Exercise description:
Pull out of the data below the stretch of lines bounded by the one containing "f 287 288 293" and the one containing "f 301 300 305", both bounds included, unchanged.

---------- Source records ----------

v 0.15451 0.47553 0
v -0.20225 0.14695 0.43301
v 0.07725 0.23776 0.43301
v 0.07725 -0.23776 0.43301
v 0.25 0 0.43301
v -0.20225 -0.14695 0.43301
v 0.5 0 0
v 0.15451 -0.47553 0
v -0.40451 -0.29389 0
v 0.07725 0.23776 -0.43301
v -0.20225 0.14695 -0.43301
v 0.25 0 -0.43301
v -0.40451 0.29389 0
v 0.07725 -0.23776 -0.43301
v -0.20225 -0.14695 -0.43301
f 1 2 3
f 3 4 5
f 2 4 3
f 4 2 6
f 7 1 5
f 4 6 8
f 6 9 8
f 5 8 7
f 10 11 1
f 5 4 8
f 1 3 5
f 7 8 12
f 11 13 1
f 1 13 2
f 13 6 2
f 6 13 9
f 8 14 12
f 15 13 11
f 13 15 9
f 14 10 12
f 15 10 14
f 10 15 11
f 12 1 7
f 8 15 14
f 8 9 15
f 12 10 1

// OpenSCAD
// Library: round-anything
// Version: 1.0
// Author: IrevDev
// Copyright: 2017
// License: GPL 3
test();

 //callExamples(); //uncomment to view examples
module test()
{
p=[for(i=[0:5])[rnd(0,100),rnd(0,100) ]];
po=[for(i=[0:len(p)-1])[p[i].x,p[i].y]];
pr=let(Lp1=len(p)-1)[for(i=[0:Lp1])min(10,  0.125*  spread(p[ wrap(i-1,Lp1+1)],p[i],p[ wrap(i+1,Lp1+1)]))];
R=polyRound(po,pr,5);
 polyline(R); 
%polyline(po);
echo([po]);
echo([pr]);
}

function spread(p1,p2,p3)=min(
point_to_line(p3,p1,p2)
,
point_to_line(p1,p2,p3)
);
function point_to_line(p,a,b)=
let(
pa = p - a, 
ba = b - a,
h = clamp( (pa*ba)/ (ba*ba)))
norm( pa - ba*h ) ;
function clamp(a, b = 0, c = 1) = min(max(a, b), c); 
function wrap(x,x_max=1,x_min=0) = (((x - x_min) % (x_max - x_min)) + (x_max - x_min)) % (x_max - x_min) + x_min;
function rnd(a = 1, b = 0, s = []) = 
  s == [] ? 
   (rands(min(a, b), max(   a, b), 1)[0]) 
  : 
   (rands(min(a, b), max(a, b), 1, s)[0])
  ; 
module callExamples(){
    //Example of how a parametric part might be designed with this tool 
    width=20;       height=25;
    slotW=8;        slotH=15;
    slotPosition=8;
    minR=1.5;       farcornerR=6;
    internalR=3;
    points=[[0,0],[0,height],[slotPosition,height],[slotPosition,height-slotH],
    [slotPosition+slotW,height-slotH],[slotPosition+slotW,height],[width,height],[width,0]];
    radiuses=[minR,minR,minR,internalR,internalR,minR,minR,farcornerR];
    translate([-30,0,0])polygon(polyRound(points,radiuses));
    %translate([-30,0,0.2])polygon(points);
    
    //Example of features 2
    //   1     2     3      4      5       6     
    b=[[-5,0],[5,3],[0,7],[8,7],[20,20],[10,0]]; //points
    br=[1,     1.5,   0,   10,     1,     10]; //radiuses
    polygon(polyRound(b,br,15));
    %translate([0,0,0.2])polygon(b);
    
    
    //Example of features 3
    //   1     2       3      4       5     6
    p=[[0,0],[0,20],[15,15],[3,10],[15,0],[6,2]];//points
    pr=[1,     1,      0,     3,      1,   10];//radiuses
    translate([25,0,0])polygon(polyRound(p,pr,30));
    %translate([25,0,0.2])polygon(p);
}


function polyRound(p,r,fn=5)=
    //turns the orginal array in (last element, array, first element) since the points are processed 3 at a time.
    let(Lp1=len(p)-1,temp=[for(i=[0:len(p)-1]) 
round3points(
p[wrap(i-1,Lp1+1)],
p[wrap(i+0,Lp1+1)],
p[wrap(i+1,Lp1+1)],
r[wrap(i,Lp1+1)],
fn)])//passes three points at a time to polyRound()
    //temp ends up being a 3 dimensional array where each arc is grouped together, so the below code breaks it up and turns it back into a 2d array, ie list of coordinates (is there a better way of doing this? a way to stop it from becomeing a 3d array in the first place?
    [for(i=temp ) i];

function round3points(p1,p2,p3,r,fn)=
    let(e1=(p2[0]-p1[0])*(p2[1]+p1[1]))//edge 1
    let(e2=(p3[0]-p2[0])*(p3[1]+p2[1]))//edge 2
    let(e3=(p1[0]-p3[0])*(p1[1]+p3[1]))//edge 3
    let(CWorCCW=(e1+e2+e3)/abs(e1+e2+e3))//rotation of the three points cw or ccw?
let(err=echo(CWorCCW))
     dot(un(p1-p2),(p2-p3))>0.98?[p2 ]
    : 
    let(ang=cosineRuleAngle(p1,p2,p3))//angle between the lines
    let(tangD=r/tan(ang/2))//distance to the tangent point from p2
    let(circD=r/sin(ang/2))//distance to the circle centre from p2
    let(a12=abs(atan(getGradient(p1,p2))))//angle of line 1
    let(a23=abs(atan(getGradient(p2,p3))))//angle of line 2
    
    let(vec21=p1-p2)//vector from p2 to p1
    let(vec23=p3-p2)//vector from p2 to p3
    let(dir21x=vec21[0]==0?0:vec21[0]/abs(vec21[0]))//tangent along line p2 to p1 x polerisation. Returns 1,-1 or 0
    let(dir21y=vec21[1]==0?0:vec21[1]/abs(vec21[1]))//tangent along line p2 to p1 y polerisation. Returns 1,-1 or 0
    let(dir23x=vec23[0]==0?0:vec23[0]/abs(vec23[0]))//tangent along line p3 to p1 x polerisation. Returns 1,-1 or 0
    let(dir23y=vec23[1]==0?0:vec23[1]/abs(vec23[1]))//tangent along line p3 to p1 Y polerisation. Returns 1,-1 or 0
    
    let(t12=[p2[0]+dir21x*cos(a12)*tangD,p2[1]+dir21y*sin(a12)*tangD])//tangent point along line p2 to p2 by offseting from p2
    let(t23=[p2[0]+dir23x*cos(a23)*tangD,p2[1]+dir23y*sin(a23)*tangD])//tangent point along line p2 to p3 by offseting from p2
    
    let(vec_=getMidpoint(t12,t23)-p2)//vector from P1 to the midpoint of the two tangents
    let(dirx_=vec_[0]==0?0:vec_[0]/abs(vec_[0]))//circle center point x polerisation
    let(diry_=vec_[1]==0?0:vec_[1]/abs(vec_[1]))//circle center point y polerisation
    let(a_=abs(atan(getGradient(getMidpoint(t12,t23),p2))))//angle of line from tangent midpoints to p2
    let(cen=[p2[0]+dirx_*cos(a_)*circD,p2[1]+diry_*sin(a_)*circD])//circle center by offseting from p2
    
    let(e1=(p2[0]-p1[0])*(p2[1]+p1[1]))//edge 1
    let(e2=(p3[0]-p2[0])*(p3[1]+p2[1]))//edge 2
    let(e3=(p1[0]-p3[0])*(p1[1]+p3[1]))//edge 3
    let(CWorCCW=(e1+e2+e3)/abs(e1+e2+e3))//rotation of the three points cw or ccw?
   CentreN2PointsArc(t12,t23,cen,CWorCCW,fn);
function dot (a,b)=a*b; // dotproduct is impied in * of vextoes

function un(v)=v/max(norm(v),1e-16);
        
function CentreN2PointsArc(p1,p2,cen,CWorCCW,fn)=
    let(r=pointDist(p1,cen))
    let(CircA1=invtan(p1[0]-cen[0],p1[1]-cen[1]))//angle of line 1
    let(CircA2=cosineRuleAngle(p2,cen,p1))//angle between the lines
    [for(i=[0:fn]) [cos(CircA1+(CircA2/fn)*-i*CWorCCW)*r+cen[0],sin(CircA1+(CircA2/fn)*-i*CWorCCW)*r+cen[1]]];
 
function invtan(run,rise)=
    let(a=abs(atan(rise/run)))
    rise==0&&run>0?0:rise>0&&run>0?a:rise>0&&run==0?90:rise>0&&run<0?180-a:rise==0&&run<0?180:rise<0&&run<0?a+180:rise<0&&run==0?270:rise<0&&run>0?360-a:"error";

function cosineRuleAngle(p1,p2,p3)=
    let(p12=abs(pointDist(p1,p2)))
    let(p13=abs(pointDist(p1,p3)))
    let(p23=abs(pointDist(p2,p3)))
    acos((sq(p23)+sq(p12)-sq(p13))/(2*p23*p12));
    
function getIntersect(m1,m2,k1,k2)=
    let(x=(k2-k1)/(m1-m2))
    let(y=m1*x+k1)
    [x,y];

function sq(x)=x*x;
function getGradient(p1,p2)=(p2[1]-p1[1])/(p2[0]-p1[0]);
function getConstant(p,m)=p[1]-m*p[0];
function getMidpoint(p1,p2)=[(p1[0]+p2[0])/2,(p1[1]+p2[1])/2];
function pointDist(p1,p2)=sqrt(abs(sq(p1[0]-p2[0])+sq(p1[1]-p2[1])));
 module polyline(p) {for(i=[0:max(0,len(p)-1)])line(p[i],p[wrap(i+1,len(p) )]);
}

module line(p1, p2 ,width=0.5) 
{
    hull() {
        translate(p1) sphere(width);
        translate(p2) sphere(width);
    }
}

----------
---------- Source records ----------

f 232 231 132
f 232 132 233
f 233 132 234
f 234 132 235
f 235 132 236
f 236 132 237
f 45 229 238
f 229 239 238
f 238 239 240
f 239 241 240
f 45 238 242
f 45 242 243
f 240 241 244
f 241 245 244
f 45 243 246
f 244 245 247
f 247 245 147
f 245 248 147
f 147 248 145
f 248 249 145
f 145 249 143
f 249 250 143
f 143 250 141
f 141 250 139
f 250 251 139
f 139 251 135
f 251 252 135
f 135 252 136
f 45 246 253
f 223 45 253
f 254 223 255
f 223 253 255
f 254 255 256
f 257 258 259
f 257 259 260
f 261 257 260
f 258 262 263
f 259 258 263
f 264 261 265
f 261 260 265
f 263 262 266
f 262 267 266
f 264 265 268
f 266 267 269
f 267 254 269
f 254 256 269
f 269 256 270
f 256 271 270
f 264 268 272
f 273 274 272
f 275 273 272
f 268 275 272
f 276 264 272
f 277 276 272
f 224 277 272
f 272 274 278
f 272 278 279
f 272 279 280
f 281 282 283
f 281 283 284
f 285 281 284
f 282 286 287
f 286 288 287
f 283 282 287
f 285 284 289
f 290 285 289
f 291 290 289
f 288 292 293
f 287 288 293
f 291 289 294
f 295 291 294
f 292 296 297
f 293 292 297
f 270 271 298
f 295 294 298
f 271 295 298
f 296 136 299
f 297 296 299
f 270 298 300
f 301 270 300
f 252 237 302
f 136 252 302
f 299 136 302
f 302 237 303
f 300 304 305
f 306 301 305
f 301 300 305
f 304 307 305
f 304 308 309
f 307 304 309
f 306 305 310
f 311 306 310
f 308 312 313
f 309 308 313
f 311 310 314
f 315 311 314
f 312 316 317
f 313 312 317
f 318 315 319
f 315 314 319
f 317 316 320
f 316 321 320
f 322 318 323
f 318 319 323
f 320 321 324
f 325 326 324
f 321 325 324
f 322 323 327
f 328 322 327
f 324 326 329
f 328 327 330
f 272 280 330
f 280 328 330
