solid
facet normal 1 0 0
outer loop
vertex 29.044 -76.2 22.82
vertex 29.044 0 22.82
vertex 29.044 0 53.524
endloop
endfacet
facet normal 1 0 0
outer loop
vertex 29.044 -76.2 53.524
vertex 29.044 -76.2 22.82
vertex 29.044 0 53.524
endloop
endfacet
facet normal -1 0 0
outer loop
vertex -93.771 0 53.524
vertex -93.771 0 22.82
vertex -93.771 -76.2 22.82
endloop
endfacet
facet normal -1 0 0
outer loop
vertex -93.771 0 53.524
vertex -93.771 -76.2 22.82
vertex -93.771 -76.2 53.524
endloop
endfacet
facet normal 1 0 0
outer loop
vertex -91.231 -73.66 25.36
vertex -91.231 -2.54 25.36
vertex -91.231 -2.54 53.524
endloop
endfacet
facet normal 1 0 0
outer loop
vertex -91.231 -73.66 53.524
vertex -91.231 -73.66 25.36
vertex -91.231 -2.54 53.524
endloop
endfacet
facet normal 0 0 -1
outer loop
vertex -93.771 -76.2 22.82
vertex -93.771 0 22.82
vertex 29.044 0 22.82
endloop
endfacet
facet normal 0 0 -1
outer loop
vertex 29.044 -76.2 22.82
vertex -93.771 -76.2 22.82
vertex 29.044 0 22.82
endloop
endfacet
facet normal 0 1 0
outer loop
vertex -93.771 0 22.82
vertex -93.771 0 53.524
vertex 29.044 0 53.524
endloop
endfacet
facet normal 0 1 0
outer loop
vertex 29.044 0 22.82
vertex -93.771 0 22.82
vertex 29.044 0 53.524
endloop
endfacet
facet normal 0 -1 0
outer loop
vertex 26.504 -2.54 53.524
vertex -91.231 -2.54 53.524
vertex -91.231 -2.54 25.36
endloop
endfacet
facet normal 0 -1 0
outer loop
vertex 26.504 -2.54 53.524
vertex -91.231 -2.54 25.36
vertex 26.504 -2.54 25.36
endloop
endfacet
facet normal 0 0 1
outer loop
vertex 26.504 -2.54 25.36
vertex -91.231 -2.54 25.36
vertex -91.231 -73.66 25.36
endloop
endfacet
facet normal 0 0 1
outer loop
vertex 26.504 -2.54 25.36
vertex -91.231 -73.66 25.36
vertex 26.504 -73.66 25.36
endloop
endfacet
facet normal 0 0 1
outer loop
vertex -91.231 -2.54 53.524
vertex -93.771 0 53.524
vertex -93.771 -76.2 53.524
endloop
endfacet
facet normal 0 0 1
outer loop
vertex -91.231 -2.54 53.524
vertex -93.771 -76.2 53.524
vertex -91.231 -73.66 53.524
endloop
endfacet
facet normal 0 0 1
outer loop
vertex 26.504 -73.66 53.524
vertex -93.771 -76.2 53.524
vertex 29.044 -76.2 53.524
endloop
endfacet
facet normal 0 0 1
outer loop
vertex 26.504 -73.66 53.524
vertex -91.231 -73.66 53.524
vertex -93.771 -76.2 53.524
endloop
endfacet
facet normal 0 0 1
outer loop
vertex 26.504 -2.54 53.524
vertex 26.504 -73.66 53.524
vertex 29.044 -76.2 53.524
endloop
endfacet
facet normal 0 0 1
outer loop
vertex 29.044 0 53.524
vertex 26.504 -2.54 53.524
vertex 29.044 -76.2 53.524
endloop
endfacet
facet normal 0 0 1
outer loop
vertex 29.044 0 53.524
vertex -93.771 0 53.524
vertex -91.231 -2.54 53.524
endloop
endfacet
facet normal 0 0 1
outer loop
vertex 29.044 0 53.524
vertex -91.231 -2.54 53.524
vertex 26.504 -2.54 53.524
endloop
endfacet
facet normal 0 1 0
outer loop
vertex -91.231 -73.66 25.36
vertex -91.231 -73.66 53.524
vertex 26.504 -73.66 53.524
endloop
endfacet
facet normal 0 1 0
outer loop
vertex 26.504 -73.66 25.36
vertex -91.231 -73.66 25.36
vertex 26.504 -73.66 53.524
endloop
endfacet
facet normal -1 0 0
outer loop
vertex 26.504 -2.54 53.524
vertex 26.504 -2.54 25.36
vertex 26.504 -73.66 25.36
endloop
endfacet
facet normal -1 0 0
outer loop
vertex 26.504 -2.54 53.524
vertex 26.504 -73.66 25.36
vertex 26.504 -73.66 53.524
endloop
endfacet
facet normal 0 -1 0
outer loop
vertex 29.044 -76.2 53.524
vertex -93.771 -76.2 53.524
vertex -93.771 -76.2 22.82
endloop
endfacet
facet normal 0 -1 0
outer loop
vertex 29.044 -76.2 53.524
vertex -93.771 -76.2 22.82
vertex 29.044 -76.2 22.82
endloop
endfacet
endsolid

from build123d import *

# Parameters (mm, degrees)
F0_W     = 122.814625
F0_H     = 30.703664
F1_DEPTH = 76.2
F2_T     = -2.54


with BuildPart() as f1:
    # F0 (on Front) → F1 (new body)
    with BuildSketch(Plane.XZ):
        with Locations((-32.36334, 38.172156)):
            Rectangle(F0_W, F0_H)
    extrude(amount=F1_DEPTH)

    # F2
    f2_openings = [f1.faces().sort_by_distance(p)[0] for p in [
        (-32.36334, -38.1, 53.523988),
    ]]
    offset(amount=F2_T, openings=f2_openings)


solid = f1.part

----------

Written answer:
f 287 288 293
f 291 289 294
f 295 291 294
f 292 296 297
f 293 292 297
f 270 271 298
f 295 294 298
f 271 295 298
f 296 136 299
f 297 296 299
f 270 298 300
f 301 270 300
f 252 237 302
f 136 252 302
f 299 136 302
f 302 237 303
f 300 304 305
f 306 301 305
f 301 300 305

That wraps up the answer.